As far as side effects, the only thing I have noticed is that I break out in heat rash rather quickly now on the trunk of my body when I'm outside too long doing anything. But it usually clears up within a couple days. Now it's getting cooler outside, so it's not much of a problem. Also, if I take my pills late I get a headache. But no stomach ache, vomiting, fever, or anything like that. It's been 5 months now! Woohoo!


----------



## Rebecca85 (Sep 5, 2010)

No word on the blood test, they said if I didn't hear assume it's normal. But I will phone tomorrow and double check. I will also ask about the dosage- if 50mg has had this effect already I don't think I need to go onto the full 100mg.

I already picked up a cold (my baby niece has been suffering from a chronic infection and I don't want to avoid her!). I should be ok at work, because I got into the habit of handwashing and gels when I was on the pred. 

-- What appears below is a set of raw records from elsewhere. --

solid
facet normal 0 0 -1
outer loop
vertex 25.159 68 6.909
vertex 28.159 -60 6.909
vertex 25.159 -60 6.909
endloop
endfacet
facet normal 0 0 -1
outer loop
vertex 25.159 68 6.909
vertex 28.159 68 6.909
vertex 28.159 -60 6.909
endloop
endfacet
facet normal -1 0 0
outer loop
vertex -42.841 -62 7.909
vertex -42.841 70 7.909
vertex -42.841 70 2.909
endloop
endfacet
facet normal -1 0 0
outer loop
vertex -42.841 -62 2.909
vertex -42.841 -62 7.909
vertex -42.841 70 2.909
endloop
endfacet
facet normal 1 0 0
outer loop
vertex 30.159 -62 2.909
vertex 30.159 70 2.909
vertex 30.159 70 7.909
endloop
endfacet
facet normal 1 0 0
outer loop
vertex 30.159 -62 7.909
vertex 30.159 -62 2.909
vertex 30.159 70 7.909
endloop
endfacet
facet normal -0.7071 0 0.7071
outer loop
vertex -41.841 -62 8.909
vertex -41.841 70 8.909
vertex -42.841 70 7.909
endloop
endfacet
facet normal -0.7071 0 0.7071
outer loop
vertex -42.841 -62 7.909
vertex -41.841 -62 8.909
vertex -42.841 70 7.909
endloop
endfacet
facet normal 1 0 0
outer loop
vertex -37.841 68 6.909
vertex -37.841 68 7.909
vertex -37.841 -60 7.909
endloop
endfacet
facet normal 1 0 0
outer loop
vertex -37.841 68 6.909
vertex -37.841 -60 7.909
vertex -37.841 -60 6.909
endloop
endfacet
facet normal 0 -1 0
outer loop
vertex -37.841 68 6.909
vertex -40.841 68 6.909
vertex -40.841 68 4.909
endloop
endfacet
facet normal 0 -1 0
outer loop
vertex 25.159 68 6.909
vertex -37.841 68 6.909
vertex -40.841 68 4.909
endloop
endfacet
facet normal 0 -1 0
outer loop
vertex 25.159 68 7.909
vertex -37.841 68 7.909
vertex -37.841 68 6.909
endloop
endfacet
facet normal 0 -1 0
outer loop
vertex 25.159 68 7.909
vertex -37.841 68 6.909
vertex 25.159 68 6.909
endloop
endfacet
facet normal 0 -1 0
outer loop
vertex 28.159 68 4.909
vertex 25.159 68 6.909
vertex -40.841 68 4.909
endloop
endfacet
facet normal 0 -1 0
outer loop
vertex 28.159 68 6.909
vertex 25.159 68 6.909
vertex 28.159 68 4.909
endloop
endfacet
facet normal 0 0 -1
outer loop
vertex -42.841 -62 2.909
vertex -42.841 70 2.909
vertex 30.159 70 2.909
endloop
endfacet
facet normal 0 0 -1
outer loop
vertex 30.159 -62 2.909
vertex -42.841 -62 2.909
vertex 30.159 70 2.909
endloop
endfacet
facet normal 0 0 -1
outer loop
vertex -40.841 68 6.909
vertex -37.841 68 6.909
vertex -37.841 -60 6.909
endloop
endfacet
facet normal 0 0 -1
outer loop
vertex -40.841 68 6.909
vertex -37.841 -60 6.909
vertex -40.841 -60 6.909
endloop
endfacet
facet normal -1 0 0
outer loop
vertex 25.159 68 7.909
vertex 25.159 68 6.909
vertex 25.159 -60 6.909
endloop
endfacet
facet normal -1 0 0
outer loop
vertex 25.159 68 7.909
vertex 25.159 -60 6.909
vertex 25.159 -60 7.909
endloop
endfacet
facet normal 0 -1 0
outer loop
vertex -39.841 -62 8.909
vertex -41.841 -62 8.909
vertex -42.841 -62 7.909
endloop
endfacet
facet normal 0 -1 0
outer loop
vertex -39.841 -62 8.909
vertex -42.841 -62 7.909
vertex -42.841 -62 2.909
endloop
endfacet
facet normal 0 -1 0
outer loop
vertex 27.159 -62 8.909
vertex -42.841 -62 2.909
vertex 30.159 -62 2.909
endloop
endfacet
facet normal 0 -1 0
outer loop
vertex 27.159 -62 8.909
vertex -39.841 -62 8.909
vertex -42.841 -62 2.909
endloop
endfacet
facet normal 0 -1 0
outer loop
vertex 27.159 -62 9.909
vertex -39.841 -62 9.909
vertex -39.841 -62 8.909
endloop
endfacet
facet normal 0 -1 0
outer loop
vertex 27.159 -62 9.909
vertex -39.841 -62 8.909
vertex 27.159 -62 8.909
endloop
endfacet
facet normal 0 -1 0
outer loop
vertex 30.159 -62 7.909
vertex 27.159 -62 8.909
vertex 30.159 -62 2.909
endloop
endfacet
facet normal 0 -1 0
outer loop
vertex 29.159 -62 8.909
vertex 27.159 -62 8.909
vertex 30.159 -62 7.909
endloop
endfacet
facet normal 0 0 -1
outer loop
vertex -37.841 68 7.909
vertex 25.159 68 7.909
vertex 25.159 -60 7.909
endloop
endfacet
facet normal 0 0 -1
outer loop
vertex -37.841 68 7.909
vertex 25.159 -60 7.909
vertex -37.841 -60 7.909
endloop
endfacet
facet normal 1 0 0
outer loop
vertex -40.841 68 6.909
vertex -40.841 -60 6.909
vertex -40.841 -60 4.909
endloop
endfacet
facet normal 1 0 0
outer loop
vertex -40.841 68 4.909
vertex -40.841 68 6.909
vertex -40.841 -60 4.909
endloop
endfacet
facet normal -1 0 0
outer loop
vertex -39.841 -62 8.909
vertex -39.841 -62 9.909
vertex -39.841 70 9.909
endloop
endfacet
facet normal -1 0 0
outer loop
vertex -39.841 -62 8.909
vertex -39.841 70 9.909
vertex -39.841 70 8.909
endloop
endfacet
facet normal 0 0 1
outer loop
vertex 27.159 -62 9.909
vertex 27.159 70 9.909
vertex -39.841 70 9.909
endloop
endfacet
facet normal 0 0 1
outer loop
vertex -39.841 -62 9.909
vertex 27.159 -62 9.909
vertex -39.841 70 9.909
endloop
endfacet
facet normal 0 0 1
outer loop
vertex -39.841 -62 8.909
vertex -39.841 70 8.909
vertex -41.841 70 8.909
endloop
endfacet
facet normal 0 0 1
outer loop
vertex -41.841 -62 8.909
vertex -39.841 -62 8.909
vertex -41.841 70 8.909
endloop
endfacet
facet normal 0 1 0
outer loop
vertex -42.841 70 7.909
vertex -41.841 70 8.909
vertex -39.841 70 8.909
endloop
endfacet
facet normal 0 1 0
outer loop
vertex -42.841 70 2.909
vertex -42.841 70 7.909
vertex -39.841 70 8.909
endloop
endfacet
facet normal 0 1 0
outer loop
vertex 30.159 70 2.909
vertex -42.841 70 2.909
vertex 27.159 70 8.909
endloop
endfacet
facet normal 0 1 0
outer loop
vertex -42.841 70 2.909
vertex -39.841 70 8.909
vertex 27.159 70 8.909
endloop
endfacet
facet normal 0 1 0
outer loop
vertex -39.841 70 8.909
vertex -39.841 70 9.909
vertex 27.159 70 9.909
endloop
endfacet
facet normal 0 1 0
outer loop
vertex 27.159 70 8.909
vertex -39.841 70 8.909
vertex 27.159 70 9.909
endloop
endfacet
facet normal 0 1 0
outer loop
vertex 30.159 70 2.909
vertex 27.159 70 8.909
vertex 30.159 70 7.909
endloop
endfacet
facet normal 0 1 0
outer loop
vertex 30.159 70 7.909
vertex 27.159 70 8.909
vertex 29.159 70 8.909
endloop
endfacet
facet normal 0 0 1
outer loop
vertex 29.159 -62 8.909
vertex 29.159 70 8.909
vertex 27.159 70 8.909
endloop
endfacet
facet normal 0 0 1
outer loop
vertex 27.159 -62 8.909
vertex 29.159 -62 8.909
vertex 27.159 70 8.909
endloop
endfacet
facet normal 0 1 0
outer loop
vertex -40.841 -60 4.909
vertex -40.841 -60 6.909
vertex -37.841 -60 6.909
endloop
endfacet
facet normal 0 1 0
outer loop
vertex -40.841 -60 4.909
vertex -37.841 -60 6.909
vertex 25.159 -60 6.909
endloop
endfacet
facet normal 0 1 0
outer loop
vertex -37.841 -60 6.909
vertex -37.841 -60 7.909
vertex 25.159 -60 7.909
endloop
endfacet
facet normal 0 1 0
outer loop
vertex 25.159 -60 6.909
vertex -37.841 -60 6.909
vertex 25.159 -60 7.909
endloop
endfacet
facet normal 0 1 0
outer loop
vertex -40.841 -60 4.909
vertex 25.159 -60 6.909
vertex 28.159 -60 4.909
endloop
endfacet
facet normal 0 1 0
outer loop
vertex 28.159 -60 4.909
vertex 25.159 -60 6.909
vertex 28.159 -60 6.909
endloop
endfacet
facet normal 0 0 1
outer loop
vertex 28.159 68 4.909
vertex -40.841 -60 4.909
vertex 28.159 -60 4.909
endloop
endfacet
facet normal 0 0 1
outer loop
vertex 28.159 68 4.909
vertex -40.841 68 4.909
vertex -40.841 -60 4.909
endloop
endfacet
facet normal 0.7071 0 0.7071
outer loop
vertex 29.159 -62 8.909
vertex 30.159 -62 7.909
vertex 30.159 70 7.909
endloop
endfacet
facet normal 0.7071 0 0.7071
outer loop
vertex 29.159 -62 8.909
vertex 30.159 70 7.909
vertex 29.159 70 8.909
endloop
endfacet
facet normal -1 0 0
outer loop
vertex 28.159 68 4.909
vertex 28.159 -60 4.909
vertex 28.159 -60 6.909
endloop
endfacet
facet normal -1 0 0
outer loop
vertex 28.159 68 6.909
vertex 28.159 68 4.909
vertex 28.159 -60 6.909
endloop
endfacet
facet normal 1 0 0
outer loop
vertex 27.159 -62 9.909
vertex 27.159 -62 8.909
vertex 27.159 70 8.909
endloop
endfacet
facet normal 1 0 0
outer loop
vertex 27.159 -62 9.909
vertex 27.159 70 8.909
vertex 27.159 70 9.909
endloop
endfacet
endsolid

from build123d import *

# Parameters (mm, degrees)
F1_DEPTH = 132
F4_T     = -2


with BuildPart() as f1:
    # F0 (on Front) → F1 (new body)
    with BuildSketch(Plane.XZ):
        Polygon((-39.8409090909, -5.0908953616), (27.1590909091, -5.0908953616), (30.1590909091, -5.0908953616), (30.1590909091, -0.0908953616), (29.1590909091, 0.9091046384), (27.1590909091, 0.9091046384), (27.1590909091, 1.9091046384), (-39.8410601137, 1.909104627), (-39.8409090909, 0.9091046384), (-41.8409090909, 0.9088025928), (-42.8409090909, -0.0908953616), (-42.8409090909, -5.0908953616), align=None)
    extrude(amount=F1_DEPTH)


with BuildPart() as f1_1:
    # F2: moved
    add(f1.part.moved(Location((0, 0, 8))))


with BuildPart() as f1_2:
    # F3: moved
    add(f1_1.part.moved(Location((0, 70, 0))))

    # F4 (hollow: no face is removed)
    offset(amount=F4_T, kind=Kind.INTERSECTION, mode=Mode.SUBTRACT)


solid = f1_2.part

The side effects have cleared up now I think. I have still been taking my tablets in the morning because I haven't been sleeping well, and I didn't want to lie awake feeling nauseus! But I did find that the bigger the breakfast, the better I would feel later.


----------



## duck68 (Sep 5, 2010)

I've been on Aza for 10 days now and so far no side effects...I'm currently on 100mg and am due to increase it to 150mg at the end of next week.  I will have a blood test as next week to see how everything is going with it and then another blood test a fortnight after that (after been on 150mg for a fortnight).  I'm terrified of the side effects of these medications, but I'm hoping that I won't have any and that we will find something that will work for me...I actually have been feeling a little better this past week or so - so am hopeful this is the wonder drug!


----------



## Rebecca85 (Sep 5, 2010)

So I'm not the only one to get relief so quickly? Phew, that's a relief! It just made me a bit worried because everyone said it could take 3 months to work properly, and I noticed the effects in more like 3 days! Well Duck, I hope you continue to do well on the aza and let's hope we both get remission!


----------



## kenny (Sep 14, 2010)

I told my GI that I was feeling a lot better within weeks of going on it and he laughed and said it was just due to positive attitude. But I seriously noticed a decreased discomfort with environmental allergies to a point I no longer had to take any anti-histamines. I had taken half a pill every night to sleep prior to going on imuran and all my allergies seemed to disappear with a week. Not only that but I had a history of gout and other arthritic joint pain that also no longer requires other treatment.


----------



## mark squire (Sep 15, 2010)

Hi Guys im on this to, ive not had any side effects as yet. I was on it for a couple of months, then i went in for an op to remove part of my small bowel, i was hoping to come of this drug but my doc put me back on it and on a higher dose. Really not keen to be on this because of the possible side effects. ACG101 did you say you have come off this drug since an operation? if so what are you taking instead if anything?? Should i be on something less harmful???


----------



## Zalanicht (Sep 19, 2010)

I've been on 150 mg for 4 months now with no side effects what's so ever but that's me being healthy after a surgery. I really think that most side effects of some drugs are not from the drugs but from the disease itself.


----------



## ChefShazzy (Sep 19, 2010)

Hi Jan, I hope you are adjusting well to the Aza.  I was on it for a month, it started out OK, but the side effects got worse as time went on.  This isn't the case for everyone;  I hope it works for you!!  Good luck!


----------



## gringo43 (Sep 20, 2010)

Scared also..

I finally got up the courage to start the azathioprine...just took my first dose{50mg}....this stuff scares the heck outta me....the docs tested my TPMT levels and found I have two of the genotypes that don't bod well for aza use...also I'm really TPMT deficient...still can't believe they've decided to go this route after reading all the warnings against TPMT deficient use...just hoping they know what the hell they're doing!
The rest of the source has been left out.